● **Task prompt**: Return exactly the lines of the records below, starting at the line that contains "#38=AXIS2_PLACEMENT_3D('',#35,#36,#37);" and ending at the line that contains "#60=ORIENTED_EDGE('',*,*,#40,.F.);", with both of those lines kept.

● **Available records**:
-------------------------
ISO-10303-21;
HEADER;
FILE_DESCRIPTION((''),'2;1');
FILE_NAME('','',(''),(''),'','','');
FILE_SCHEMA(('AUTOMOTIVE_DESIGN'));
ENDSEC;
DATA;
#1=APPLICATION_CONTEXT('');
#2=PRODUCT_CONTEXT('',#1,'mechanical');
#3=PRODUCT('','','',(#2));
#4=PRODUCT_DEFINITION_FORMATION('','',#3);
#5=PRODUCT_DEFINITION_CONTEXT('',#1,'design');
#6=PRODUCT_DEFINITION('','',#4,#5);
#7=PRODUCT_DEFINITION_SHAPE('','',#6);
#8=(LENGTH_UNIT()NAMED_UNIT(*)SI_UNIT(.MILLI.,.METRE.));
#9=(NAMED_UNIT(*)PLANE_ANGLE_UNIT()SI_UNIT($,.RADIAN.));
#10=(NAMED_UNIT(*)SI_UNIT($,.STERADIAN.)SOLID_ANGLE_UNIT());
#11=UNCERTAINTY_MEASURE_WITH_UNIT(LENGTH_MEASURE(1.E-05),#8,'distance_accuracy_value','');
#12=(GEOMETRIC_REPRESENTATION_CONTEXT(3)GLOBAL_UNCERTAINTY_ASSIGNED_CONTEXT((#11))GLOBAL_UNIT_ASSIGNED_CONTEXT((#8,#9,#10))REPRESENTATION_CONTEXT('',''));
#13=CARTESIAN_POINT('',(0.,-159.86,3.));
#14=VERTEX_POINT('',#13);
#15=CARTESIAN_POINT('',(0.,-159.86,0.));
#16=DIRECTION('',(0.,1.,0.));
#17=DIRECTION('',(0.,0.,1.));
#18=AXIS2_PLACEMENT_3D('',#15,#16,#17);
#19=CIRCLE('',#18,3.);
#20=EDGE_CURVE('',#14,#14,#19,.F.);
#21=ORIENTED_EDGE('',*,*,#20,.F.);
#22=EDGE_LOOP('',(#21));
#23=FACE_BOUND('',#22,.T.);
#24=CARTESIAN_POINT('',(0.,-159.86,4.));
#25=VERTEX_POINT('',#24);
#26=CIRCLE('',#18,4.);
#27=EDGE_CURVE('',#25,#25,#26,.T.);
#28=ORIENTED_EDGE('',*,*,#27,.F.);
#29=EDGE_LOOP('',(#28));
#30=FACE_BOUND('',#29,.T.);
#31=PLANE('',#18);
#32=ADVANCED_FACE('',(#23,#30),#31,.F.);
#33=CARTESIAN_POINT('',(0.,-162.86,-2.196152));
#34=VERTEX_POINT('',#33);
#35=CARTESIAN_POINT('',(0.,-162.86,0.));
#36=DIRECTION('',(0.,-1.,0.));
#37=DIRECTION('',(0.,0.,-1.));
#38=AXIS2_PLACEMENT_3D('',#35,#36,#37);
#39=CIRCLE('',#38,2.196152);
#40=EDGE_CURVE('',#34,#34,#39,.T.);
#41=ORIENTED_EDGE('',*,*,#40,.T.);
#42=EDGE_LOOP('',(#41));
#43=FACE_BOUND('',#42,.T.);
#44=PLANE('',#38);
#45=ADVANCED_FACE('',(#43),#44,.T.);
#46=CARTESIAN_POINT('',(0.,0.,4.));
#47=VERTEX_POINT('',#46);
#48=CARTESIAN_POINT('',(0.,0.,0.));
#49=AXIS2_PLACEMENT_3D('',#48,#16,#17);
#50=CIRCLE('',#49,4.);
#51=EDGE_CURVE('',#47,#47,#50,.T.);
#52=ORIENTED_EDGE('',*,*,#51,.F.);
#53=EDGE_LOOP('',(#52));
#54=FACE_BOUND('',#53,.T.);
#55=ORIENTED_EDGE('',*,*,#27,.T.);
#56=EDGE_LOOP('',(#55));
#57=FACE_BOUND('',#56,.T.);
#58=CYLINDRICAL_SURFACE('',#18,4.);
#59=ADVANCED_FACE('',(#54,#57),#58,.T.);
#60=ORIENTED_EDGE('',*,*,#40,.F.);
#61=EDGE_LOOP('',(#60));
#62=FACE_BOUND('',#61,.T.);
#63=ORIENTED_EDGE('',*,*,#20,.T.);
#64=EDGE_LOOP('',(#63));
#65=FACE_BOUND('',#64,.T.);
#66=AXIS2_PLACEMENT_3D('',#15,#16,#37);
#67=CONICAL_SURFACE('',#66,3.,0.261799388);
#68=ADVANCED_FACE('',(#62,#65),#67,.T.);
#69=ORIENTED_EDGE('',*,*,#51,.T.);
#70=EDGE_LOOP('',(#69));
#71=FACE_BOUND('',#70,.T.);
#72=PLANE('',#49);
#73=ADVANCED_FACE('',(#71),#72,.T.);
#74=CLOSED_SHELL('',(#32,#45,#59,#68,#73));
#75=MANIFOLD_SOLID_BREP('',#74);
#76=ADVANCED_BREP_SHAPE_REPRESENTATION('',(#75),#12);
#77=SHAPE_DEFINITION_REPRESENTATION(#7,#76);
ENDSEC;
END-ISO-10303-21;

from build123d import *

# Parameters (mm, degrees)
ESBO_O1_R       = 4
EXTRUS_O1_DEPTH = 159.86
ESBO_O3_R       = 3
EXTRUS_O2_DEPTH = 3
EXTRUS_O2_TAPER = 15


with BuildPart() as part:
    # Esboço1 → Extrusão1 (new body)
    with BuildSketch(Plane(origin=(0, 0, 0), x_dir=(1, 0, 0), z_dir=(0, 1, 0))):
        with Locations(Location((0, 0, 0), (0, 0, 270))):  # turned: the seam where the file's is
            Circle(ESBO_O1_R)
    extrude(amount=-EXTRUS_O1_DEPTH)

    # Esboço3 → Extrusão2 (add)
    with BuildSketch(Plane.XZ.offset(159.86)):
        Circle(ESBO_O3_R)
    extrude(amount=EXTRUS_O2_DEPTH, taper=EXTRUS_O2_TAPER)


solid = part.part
-------------------------
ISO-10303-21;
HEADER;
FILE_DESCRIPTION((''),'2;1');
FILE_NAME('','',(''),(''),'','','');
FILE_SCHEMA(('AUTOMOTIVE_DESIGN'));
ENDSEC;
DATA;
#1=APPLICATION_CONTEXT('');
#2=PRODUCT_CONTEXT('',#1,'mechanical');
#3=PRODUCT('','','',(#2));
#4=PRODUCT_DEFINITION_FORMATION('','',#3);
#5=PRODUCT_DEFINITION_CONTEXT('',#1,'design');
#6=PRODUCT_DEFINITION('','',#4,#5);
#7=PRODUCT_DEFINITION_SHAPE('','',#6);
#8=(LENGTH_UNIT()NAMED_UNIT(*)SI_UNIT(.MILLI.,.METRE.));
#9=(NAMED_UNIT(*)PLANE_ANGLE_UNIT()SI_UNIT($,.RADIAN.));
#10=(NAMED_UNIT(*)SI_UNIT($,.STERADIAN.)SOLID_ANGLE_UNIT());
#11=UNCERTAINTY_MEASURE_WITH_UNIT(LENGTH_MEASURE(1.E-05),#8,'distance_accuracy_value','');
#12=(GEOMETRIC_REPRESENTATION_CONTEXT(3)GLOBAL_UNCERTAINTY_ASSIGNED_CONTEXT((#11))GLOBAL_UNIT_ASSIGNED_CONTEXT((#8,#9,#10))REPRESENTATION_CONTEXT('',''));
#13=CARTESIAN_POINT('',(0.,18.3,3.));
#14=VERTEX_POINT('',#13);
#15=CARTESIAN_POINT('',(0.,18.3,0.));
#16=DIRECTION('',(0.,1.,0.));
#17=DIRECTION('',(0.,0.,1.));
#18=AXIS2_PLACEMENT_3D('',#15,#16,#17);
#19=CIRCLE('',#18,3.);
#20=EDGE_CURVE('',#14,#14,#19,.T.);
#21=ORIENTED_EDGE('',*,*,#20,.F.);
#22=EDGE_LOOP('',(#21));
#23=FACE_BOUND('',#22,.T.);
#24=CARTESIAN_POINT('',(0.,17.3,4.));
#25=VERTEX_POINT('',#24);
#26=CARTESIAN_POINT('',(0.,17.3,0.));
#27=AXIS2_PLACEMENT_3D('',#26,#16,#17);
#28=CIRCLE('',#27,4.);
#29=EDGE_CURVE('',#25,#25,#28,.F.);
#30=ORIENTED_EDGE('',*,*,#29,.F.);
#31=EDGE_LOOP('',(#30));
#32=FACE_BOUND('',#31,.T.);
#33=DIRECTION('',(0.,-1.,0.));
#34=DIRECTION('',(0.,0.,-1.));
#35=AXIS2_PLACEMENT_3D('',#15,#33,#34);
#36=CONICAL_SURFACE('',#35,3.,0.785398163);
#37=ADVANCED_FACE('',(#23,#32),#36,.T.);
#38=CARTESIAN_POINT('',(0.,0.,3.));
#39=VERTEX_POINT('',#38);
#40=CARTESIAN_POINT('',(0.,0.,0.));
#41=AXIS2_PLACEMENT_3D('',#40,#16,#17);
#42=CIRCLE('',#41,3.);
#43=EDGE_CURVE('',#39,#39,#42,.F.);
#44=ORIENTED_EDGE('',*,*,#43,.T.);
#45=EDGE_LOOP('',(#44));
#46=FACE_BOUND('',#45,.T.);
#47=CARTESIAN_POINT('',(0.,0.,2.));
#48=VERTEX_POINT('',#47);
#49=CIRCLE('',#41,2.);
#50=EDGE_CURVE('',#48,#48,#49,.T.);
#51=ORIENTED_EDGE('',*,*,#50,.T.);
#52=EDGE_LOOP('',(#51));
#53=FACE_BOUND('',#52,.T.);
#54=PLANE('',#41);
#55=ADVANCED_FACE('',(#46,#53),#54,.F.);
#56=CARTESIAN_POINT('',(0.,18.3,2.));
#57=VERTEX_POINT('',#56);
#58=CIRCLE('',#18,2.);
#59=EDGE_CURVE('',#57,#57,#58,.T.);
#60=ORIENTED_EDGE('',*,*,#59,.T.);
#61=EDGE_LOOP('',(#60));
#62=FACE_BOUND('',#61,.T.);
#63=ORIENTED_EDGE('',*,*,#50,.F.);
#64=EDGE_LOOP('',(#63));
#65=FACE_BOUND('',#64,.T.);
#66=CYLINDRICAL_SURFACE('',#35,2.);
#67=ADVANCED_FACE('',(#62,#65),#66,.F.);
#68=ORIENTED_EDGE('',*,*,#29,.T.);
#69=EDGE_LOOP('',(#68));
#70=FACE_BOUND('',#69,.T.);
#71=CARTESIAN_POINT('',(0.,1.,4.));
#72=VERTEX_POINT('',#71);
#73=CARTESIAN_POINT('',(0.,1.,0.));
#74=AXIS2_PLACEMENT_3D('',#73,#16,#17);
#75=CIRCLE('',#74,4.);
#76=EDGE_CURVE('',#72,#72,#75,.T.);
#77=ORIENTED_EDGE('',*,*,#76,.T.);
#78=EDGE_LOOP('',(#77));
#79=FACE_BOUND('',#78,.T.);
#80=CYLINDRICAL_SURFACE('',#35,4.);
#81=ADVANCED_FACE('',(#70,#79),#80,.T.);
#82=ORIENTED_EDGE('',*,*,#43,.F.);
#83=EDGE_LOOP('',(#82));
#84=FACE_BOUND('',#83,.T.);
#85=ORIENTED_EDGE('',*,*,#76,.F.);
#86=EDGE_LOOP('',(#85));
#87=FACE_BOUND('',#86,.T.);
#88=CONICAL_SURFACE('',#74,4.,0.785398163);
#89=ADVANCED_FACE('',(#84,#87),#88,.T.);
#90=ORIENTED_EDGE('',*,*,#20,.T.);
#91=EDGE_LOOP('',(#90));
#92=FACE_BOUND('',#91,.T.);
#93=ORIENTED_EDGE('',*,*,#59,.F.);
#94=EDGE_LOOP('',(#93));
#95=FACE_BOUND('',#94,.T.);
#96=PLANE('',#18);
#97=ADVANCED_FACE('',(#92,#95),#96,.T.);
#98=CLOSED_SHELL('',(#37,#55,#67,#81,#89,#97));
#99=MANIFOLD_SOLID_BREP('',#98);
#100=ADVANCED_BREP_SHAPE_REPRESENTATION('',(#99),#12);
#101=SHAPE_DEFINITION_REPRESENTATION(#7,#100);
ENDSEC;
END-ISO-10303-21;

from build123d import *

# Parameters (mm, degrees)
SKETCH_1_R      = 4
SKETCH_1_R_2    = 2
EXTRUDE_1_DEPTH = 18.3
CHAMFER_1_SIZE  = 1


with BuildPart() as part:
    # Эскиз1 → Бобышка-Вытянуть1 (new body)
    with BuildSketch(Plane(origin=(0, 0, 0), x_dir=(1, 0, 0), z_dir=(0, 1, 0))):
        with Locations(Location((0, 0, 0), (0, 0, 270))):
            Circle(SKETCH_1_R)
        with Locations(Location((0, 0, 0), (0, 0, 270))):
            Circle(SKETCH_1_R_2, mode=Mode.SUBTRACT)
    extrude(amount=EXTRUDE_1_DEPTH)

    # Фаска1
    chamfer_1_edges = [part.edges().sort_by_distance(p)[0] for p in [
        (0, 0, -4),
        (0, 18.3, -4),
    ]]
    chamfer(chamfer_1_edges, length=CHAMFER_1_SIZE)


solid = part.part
-------------------------
● **Solution to this exercise**:
#38=AXIS2_PLACEMENT_3D('',#35,#36,#37);
#39=CIRCLE('',#38,2.196152);
#40=EDGE_CURVE('',#34,#34,#39,.T.);
#41=ORIENTED_EDGE('',*,*,#40,.T.);
#42=EDGE_LOOP('',(#41));
#43=FACE_BOUND('',#42,.T.);
#44=PLANE('',#38);
#45=ADVANCED_FACE('',(#43),#44,.T.);
#46=CARTESIAN_POINT('',(0.,0.,4.));
#47=VERTEX_POINT('',#46);
#48=CARTESIAN_POINT('',(0.,0.,0.));
#49=AXIS2_PLACEMENT_3D('',#48,#16,#17);
#50=CIRCLE('',#49,4.);
#51=EDGE_CURVE('',#47,#47,#50,.T.);
#52=ORIENTED_EDGE('',*,*,#51,.F.);
#53=EDGE_LOOP('',(#52));
#54=FACE_BOUND('',#53,.T.);
#55=ORIENTED_EDGE('',*,*,#27,.T.);
#56=EDGE_LOOP('',(#55));
#57=FACE_BOUND('',#56,.T.);
#58=CYLINDRICAL_SURFACE('',#18,4.);
#59=ADVANCED_FACE('',(#54,#57),#58,.T.);
#60=ORIENTED_EDGE('',*,*,#40,.F.);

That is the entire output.